### DATASET RECORDS ###

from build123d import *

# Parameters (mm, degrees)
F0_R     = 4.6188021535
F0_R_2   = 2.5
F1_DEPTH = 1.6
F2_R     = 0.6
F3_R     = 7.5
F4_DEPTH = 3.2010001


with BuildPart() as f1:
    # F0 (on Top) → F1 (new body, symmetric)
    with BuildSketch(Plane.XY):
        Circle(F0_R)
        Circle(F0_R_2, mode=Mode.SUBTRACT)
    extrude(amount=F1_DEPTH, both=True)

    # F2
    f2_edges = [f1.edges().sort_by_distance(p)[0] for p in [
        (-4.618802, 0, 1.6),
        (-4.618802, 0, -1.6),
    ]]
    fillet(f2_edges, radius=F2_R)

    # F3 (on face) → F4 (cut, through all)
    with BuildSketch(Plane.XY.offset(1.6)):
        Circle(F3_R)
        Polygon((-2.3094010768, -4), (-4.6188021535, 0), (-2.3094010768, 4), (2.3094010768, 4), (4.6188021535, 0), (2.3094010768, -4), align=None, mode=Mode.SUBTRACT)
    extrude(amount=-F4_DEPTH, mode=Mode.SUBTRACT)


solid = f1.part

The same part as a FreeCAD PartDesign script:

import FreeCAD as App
import Part
import Sketcher
from FreeCAD import Vector
Q = App.Units.Quantity


def edges_at(feature, points):
    """Names of the edges that pass closest to the given points."""
    edges = feature.Shape.Edges
    near = lambda p: min(range(len(edges)), key=lambda i: edges[i].distToShape(Part.Vertex(*p))[0])
    return sorted({f"Edge{near(p) + 1}" for p in points})

doc = App.newDocument("Part")
body = doc.addObject("PartDesign::Body", "Body")

# Sketch on XY plane
sketch1 = body.newObject("Sketcher::SketchObject", "Sketch")
sketch1.AttachmentSupport = (doc.getObject("XY_Plane"), [""])
sketch1.MapMode = "FlatFace"
sketch1.addGeometry([
    Part.Circle(Vector(0, 0, 0), Vector(0, 0, 1), 4.6),
    Part.Circle(Vector(0, 0, 0), Vector(0, 0, 1), 2.5),
], False)
sketch1.addConstraint([
    Sketcher.Constraint("Coincident", 0, 3, -1, 1),
    Sketcher.Constraint("Coincident", 1, 3, -1, 1),
    Sketcher.Constraint("Diameter", 1, 5.0),
    Sketcher.Constraint("Diameter", 0, 9.237604),
])
pad1 = body.newObject("PartDesign::Pad", "Pad")
pad1.Profile = sketch1
pad1.Length = 3.2
pad1.Midplane = True
doc.recompute()

fillet = body.newObject("PartDesign::Fillet", "Fillet")
fillet.Base = (pad1, edges_at(pad1, [(-4.619, 0, 1.6), (-4.619, 0, -1.6)]))
fillet.Radius = 0.6

# Sketch on XY plane
sketch2 = body.newObject("Sketcher::SketchObject", "Sketch001")
sketch2.AttachmentSupport = (doc.getObject("XY_Plane"), [""])
sketch2.MapMode = "FlatFace"
sketch2.AttachmentOffset = App.Placement(Vector(0, 0, 1.6), App.Rotation())
sketch2.addGeometry([
    Part.Circle(Vector(0, 0, 0), Vector(0, 0, 1), 7.5),  # 0
    Part.LineSegment(Vector(2.3, -4, 0), Vector(-2.3, -4, 0)),  # 1
    Part.LineSegment(Vector(-2.3, -4, 0), Vector(-4.6, 0, 0)),  # 2
    Part.LineSegment(Vector(-4.6, 0, 0), Vector(-2.3, 4, 0)),  # 3
    Part.LineSegment(Vector(-2.3, 4, 0), Vector(2.3, 4, 0)),  # 4
    Part.LineSegment(Vector(2.3, 4, 0), Vector(4.6, 0, 0)),  # 5
    Part.LineSegment(Vector(4.6, 0, 0), Vector(2.3, -4, 0)),  # 6
], False)
sketch2.addConstraint([
    Sketcher.Constraint("Coincident", 1, 2, 2, 1),
    Sketcher.Constraint("Coincident", 2, 2, 3, 1),
    Sketcher.Constraint("Coincident", 3, 2, 4, 1),
    Sketcher.Constraint("Coincident", 4, 2, 5, 1),
    Sketcher.Constraint("Coincident", 5, 2, 6, 1),
    Sketcher.Constraint("Coincident", 6, 2, 1, 1),
    Sketcher.Constraint("Horizontal", 1),
    Sketcher.Constraint("Horizontal", 4),
    Sketcher.Constraint("Coincident", 0, 3, -1, 1),
    Sketcher.Constraint("Symmetric", 1, 2, 4, 2, -1, 1),
    Sketcher.Constraint("Symmetric", 2, 2, 5, 2, -1, 1),
    Sketcher.Constraint("PointOnObject", 2, 2, -1),
    Sketcher.Constraint("Parallel", 3, 6),
    Sketcher.Constraint("Vertical", 1, 2, 3, 2),
    Sketcher.Constraint("Diameter", 0, 15.0),
    Sketcher.Constraint("Angle", 2, Q("120 deg")),
    Sketcher.Constraint("DistanceY", 1, 2, -1, 1, 4.0),
    Sketcher.Constraint("DistanceX", 1, 2, -1, 1, 2.309401),
])
pocket1 = body.newObject("PartDesign::Pocket", "Pocket")
pocket1.Profile = sketch2
pocket1.Type = "ThroughAll"

doc.recompute()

###

PROBLEM TO WORK ON:
When the line containing "The same part" is reached, include it and stop. Until then, output each line of the entries exactly as given, starting from the first.

YOUR SOLUTION:
from build123d import *

# Parameters (mm, degrees)
F0_R     = 4.6188021535
F0_R_2   = 2.5
F1_DEPTH = 1.6
F2_R     = 0.6
F3_R     = 7.5
F4_DEPTH = 3.2010001


with BuildPart() as f1:
    # F0 (on Top) → F1 (new body, symmetric)
    with BuildSketch(Plane.XY):
        Circle(F0_R)
        Circle(F0_R_2, mode=Mode.SUBTRACT)
    extrude(amount=F1_DEPTH, both=True)

    # F2
    f2_edges = [f1.edges().sort_by_distance(p)[0] for p in [
        (-4.618802, 0, 1.6),
        (-4.618802, 0, -1.6),
    ]]
    fillet(f2_edges, radius=F2_R)

    # F3 (on face) → F4 (cut, through all)
    with BuildSketch(Plane.XY.offset(1.6)):
        Circle(F3_R)
        Polygon((-2.3094010768, -4), (-4.6188021535, 0), (-2.3094010768, 4), (2.3094010768, 4), (4.6188021535, 0), (2.3094010768, -4), align=None, mode=Mode.SUBTRACT)
    extrude(amount=-F4_DEPTH, mode=Mode.SUBTRACT)


solid = f1.part

The same part as a FreeCAD PartDesign script:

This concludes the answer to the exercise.